/---
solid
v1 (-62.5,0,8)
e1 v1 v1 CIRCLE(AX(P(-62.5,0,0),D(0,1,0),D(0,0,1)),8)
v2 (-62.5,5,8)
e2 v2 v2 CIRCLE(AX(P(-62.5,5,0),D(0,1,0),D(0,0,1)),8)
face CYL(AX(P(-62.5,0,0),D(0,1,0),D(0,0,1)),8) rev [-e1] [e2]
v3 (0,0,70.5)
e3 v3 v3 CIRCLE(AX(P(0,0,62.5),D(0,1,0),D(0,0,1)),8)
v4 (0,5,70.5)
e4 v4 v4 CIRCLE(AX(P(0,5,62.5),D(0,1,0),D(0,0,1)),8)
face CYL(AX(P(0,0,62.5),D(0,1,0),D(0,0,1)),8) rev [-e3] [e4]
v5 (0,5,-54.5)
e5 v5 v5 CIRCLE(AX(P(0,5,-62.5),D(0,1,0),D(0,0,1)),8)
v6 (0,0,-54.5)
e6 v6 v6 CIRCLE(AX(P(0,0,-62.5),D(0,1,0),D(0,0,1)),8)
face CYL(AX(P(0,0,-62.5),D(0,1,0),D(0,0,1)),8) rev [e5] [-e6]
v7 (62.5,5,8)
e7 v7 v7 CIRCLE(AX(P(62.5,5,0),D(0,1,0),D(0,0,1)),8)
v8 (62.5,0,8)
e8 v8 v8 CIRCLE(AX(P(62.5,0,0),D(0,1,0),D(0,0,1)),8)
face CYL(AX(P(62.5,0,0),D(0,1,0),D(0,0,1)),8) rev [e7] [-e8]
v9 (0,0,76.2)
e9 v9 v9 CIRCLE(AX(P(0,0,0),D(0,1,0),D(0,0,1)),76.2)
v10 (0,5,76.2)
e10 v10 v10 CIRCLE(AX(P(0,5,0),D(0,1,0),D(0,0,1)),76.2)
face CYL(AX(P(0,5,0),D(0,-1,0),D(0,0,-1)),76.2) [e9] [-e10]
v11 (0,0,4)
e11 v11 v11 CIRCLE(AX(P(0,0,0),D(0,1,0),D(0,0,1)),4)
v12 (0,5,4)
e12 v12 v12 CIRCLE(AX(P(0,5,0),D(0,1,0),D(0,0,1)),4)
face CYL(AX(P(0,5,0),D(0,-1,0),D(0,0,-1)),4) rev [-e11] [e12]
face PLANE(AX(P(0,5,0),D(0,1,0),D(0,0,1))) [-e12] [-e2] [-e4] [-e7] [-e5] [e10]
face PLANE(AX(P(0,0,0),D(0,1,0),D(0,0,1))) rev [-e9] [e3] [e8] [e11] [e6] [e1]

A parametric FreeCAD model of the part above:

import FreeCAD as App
import Part
import Sketcher

V = App.Vector
Q = App.Units.Quantity

doc = App.newDocument("Part")
body = doc.addObject("PartDesign::Body", "Body")

# Sketch on XZ plane
sketch1 = doc.addObject("Sketcher::SketchObject", "Sketch")
body.addObject(sketch1)
sketch1.AttachmentSupport = (doc.XZ_Plane, [""])
sketch1.MapMode = "FlatFace"
sketch1.addGeometry([
    Part.Circle(V(0, 0, 0), V(0, 0, 1), 76.2),
    Part.Circle(V(0, 0, 0), V(0, 0, 1), 4),
], False)
sketch1.addConstraint([
    Sketcher.Constraint("Coincident", 0, 3, -1, 1),
    Sketcher.Constraint("Coincident", 1, 3, -1, 1),
    Sketcher.Constraint("Diameter", 1, Q("8 mm")),
    Sketcher.Constraint("Diameter", 0, Q("152.4 mm")),
])
pad1 = doc.addObject("PartDesign::Pad", "Pad")
body.addObject(pad1)
pad1.Profile = sketch1
pad1.Length = 5
pad1.Reversed = True

# Sketch on XZ plane
sketch2 = doc.addObject("Sketcher::SketchObject", "Sketch001")
body.addObject(sketch2)
sketch2.AttachmentSupport = (doc.XZ_Plane, [""])
sketch2.MapMode = "FlatFace"
sketch2.AttachmentOffset = App.Placement(V(0, 0, -5), App.Rotation())
sketch2.addGeometry([
    Part.Circle(V(0, 62, 0), V(0, 0, 1), 8),
    Part.Circle(V(-62, 0, 0), V(0, 0, 1), 8),
    Part.Circle(V(0, -62, 0), V(0, 0, 1), 8),
    Part.Circle(V(62, 0, 0), V(0, 0, 1), 8),
], False)
sketch2.addConstraint([
    Sketcher.Constraint("Equal", 0, 1),
    Sketcher.Constraint("Equal", 1, 2),
    Sketcher.Constraint("Equal", 2, 3),
    Sketcher.Constraint("Symmetric", 0, 3, 2, 3, -1, 1),
    Sketcher.Constraint("Symmetric", 1, 3, 3, 3, -1, 1),
    Sketcher.Constraint("PointOnObject", 0, 3, -2),
    Sketcher.Constraint("PointOnObject", 1, 3, -1),
    Sketcher.Constraint("Diameter", 0, Q("16 mm")),
    Sketcher.Constraint("DistanceY", 2, 3, 0, 3, Q("125 mm")),
    Sketcher.Constraint("DistanceX", 1, 3, 3, 3, Q("125 mm")),
])
pocket1 = doc.addObject("PartDesign::Pocket", "Pocket")
body.addObject(pocket1)
pocket1.Profile = sketch2
pocket1.Type = "ThroughAll"
pocket1.Reversed = True

doc.recompute()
\---
> _TASK DESCRIPTION_
Copy the records above exactly, from the first line through the line containing "face PLANE(AX(P(0,5,0),D(0,1,0),D(0,0,1))) [-e12]", and include nothing else.

> _YOUR SOLUTION_
solid
v1 (-62.5,0,8)
e1 v1 v1 CIRCLE(AX(P(-62.5,0,0),D(0,1,0),D(0,0,1)),8)
v2 (-62.5,5,8)
e2 v2 v2 CIRCLE(AX(P(-62.5,5,0),D(0,1,0),D(0,0,1)),8)
face CYL(AX(P(-62.5,0,0),D(0,1,0),D(0,0,1)),8) rev [-e1] [e2]
v3 (0,0,70.5)
e3 v3 v3 CIRCLE(AX(P(0,0,62.5),D(0,1,0),D(0,0,1)),8)
v4 (0,5,70.5)
e4 v4 v4 CIRCLE(AX(P(0,5,62.5),D(0,1,0),D(0,0,1)),8)
face CYL(AX(P(0,0,62.5),D(0,1,0),D(0,0,1)),8) rev [-e3] [e4]
v5 (0,5,-54.5)
e5 v5 v5 CIRCLE(AX(P(0,5,-62.5),D(0,1,0),D(0,0,1)),8)
v6 (0,0,-54.5)
e6 v6 v6 CIRCLE(AX(P(0,0,-62.5),D(0,1,0),D(0,0,1)),8)
face CYL(AX(P(0,0,-62.5),D(0,1,0),D(0,0,1)),8) rev [e5] [-e6]
v7 (62.5,5,8)
e7 v7 v7 CIRCLE(AX(P(62.5,5,0),D(0,1,0),D(0,0,1)),8)
v8 (62.5,0,8)
e8 v8 v8 CIRCLE(AX(P(62.5,0,0),D(0,1,0),D(0,0,1)),8)
face CYL(AX(P(62.5,0,0),D(0,1,0),D(0,0,1)),8) rev [e7] [-e8]
v9 (0,0,76.2)
e9 v9 v9 CIRCLE(AX(P(0,0,0),D(0,1,0),D(0,0,1)),76.2)
v10 (0,5,76.2)
e10 v10 v10 CIRCLE(AX(P(0,5,0),D(0,1,0),D(0,0,1)),76.2)
face CYL(AX(P(0,5,0),D(0,-1,0),D(0,0,-1)),76.2) [e9] [-e10]
v11 (0,0,4)
e11 v11 v11 CIRCLE(AX(P(0,0,0),D(0,1,0),D(0,0,1)),4)
v12 (0,5,4)
e12 v12 v12 CIRCLE(AX(P(0,5,0),D(0,1,0),D(0,0,1)),4)
face CYL(AX(P(0,5,0),D(0,-1,0),D(0,0,-1)),4) rev [-e11] [e12]
face PLANE(AX(P(0,5,0),D(0,1,0),D(0,0,1))) [-e12] [-e2] [-e4] [-e7] [-e5] [e10]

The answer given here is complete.